I am presenting here excerpts of the discussion. Mr Sheshadri Chari and Mr. Deepak Kumar Shaw presented excellent viewpoints.

Mr. Sheshadri Chari is a senior banking and risk management consultant with + 25 years of experience. He has worked in many banks in India, namely Bank of Baroda, Lakshmi Villas Bank and City Union Bank.

Mr. Deepak Kumar Shaw has +8 years of experience in banking and financial services industry. He has worked in various capacities in private sector banks and mutual funds.

Sonia Jaspal : In the current situation what should be done and what will happen according to you?  

Mr. Deepak Kumar Shaw: Till MFI will run for profit it’s not going to follow its core object of social uplifting of low-income groups. Basic idea behind establishment of these MFI was to save poor from moneylenders. But now they are no different from moneylenders in terms of interest charged by them and recent cases of forceful recovery strengthen this argument. With profit motive first there is pressure to distribute loans then to recover and these lead to malpractices. If this sector has to survive and wants to prosper then they have to do stick to their core objective i.e. helping the poor. In my view the following should be done:

First profit making MFI should not be allowed to operate as this will always lead to malpractice in the industry and if that is not possible then major percentage should go back to borrowers as relief or rebate. Benefit of priority sector interest rate enjoyed by MFI should be passed on to its borrowers.

Licensing should be stricter and only a few MFI should be allowed to operate in a region avoiding unnecessary competition between them.

Financial discipline should be brought to the sector in terms of reporting correct numbers. This could be done by introducing strict audit controls, preferably C&AG allotted audits. Finally a strict regulator like RBI should manage the MFI. This will help the industry to win back respect.

Sheshadri Chari : Government has been doing a lot – both on disbursement and waivers – which has been a contentious issue with commercial bankers. While the disbursements to weaker sections have been encouraged by a carrot and stick approach, using targets and subsidized interest rates, the waivers have been a dampener in terms of repayment psychology of the borrowers.

The MFI domain is a sensitive and challenging area. As Deepak points out, if social uplift is the primary objective of MFI, the profit motive becomes an anathema.

For a healthy growth of MFI sector, I believe there is a need for a balance between the social objective and profitability to ensure sustainability of MFI operations.

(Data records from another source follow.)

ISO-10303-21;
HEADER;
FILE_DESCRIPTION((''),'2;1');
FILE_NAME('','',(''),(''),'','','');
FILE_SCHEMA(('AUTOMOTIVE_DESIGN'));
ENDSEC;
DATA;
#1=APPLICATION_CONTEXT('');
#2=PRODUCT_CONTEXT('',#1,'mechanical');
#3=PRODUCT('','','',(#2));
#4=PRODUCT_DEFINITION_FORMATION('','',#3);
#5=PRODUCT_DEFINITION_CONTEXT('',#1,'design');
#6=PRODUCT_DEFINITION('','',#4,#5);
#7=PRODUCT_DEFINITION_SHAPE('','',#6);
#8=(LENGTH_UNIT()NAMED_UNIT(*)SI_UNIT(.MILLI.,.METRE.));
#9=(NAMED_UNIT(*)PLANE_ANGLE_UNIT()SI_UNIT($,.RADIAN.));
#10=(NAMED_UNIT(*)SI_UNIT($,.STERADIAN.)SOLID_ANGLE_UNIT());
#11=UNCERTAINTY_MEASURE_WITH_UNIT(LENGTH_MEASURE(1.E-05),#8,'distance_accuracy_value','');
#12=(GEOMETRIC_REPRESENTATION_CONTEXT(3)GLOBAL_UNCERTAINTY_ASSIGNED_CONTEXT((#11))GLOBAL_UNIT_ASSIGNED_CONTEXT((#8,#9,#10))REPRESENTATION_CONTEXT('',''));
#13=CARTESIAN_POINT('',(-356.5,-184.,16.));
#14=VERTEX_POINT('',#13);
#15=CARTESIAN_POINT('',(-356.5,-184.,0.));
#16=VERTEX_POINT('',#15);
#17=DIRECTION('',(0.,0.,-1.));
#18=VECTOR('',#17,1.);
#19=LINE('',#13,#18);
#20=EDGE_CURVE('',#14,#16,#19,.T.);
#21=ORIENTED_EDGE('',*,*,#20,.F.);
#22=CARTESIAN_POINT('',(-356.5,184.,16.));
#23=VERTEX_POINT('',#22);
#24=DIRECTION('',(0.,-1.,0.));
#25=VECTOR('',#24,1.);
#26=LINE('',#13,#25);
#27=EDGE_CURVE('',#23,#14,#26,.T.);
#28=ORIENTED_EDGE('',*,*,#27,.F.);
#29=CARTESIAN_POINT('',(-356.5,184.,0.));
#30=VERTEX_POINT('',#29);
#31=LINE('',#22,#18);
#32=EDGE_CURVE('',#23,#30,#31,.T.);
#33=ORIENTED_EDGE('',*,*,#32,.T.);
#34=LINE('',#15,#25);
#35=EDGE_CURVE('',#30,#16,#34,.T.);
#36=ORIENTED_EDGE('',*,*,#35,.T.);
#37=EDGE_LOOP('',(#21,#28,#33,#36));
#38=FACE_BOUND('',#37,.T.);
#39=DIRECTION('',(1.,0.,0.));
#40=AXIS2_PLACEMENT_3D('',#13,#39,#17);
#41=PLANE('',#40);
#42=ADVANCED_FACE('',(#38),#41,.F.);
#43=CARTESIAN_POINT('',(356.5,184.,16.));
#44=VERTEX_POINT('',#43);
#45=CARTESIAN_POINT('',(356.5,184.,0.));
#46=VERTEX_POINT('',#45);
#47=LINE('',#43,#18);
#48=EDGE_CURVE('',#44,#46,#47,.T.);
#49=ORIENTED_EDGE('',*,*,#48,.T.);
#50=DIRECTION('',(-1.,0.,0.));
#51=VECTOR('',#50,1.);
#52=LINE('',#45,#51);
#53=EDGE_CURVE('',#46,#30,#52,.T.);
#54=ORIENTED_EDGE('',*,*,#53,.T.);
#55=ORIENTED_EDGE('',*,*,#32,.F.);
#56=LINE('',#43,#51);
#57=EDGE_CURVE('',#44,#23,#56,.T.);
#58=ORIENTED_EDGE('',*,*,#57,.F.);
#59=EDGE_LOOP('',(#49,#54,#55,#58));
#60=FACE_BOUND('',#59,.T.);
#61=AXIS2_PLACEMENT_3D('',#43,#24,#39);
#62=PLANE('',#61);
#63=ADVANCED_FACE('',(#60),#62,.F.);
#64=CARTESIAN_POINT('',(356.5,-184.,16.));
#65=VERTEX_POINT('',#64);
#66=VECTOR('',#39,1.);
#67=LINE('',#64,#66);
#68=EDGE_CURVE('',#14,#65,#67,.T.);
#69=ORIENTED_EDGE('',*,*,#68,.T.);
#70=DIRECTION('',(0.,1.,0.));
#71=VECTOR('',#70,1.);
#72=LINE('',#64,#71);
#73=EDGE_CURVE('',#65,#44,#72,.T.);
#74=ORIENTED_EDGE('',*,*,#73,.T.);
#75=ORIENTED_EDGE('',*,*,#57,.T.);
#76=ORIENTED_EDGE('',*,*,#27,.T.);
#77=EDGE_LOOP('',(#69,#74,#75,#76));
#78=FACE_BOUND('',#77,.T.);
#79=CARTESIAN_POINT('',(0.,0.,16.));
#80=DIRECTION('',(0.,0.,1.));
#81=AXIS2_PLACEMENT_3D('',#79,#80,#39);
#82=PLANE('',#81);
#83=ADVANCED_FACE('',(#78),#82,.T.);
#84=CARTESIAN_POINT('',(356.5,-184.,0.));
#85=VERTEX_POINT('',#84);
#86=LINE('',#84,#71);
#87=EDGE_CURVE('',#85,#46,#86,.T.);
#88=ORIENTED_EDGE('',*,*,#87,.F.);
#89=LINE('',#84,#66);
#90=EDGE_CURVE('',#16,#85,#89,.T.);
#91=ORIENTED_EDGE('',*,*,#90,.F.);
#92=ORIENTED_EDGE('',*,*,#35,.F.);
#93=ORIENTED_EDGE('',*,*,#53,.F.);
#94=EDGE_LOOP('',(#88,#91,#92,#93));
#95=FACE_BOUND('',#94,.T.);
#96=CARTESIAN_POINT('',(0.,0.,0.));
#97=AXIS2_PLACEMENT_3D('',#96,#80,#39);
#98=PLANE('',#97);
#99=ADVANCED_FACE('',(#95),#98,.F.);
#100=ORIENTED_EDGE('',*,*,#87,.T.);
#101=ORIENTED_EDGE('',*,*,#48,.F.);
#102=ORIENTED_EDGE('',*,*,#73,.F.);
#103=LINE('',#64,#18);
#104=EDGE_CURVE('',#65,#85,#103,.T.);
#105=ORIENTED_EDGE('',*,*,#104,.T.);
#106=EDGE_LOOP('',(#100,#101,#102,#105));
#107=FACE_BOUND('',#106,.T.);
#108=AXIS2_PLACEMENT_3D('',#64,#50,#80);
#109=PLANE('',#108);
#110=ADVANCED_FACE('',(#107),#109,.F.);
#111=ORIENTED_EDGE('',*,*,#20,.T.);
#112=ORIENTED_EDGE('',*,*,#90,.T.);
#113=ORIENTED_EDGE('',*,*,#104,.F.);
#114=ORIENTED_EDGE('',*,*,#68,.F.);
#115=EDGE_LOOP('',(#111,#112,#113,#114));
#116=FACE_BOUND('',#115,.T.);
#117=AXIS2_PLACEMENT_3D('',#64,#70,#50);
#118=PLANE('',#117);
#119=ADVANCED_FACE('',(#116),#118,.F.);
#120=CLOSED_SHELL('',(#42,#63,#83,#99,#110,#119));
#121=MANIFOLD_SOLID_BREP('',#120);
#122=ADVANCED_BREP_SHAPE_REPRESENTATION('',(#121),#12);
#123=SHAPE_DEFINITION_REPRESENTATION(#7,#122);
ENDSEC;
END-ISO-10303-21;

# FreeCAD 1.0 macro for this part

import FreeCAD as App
import Part
import Sketcher

V = App.Vector

doc = App.newDocument("Part")
body = doc.addObject("PartDesign::Body", "Body")

sketch1 = doc.addObject("Sketcher::SketchObject", "Sketch")
body.addObject(sketch1)
sketch1.AttachmentSupport = (doc.XY_Plane, [""])
sketch1.MapMode = "FlatFace"
sketch1.addGeometry(Part.LineSegment(V(-356.5, 184, 0), V(-356.5, -184, 0)), False)
sketch1.addGeometry(Part.LineSegment(V(-356.5, -184, 0), V(356.5, -184, 0)), False)
sketch1.addGeometry(Part.LineSegment(V(356.5, -184, 0), V(356.5, 184, 0)), False)
sketch1.addGeometry(Part.LineSegment(V(356.5, 184, 0), V(-356.5, 184, 0)), False)
sketch1.addConstraint(Sketcher.Constraint("Coincident", 0, 2, 1, 1))
sketch1.addConstraint(Sketcher.Constraint("Coincident", 1, 2, 2, 1))
sketch1.addConstraint(Sketcher.Constraint("Coincident", 2, 2, 3, 1))
sketch1.addConstraint(Sketcher.Constraint("Coincident", 3, 2, 0, 1))
sketch1.addConstraint(Sketcher.Constraint("Vertical", 0))
sketch1.addConstraint(Sketcher.Constraint("Horizontal", 1))
sketch1.addConstraint(Sketcher.Constraint("Vertical", 2))
sketch1.addConstraint(Sketcher.Constraint("Horizontal", 3))
sketch1.addConstraint(Sketcher.Constraint("Symmetric", 0, 2, 2, 2, -1, 1))
sketch1.addConstraint(Sketcher.Constraint("DistanceX", 1, 1, 1, 2, 713.0))
sketch1.addConstraint(Sketcher.Constraint("DistanceY", 0, 2, 0, 1, 368.0))
pad1 = doc.addObject("PartDesign::Pad", "Pad")
body.addObject(pad1)
pad1.Profile = sketch1
pad1.Length = 16

doc.recompute()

That, first was the basis for certain target oriented lending approach – a policy stance adopted by the RBI. It is also not fair to ask the poor to bear the cost of their uplift by charging a hefty margin, though they should be morally inclined to pay back the society during their prosperity. Setting up of the committee by the RBI to review the position, in my interpretation, reflects this stance.

NABARD is the natural choice for regulatory role as it is the key player in formulating the schemes for social uplift in the context of rural poverty. In fact, the legislation on MFI should necessarily include tenets of financial inclusion that also touch base with urban poor.

At the end of the day, if MFI are able to reach out to the rural poor, energize them to achieve liberation from the debt trap and still make a decent margin through improved reach, business processes and a commitment to sustained service, such MFI should be allowed to flourish within the accepted banking practices for credit delivery and recovery.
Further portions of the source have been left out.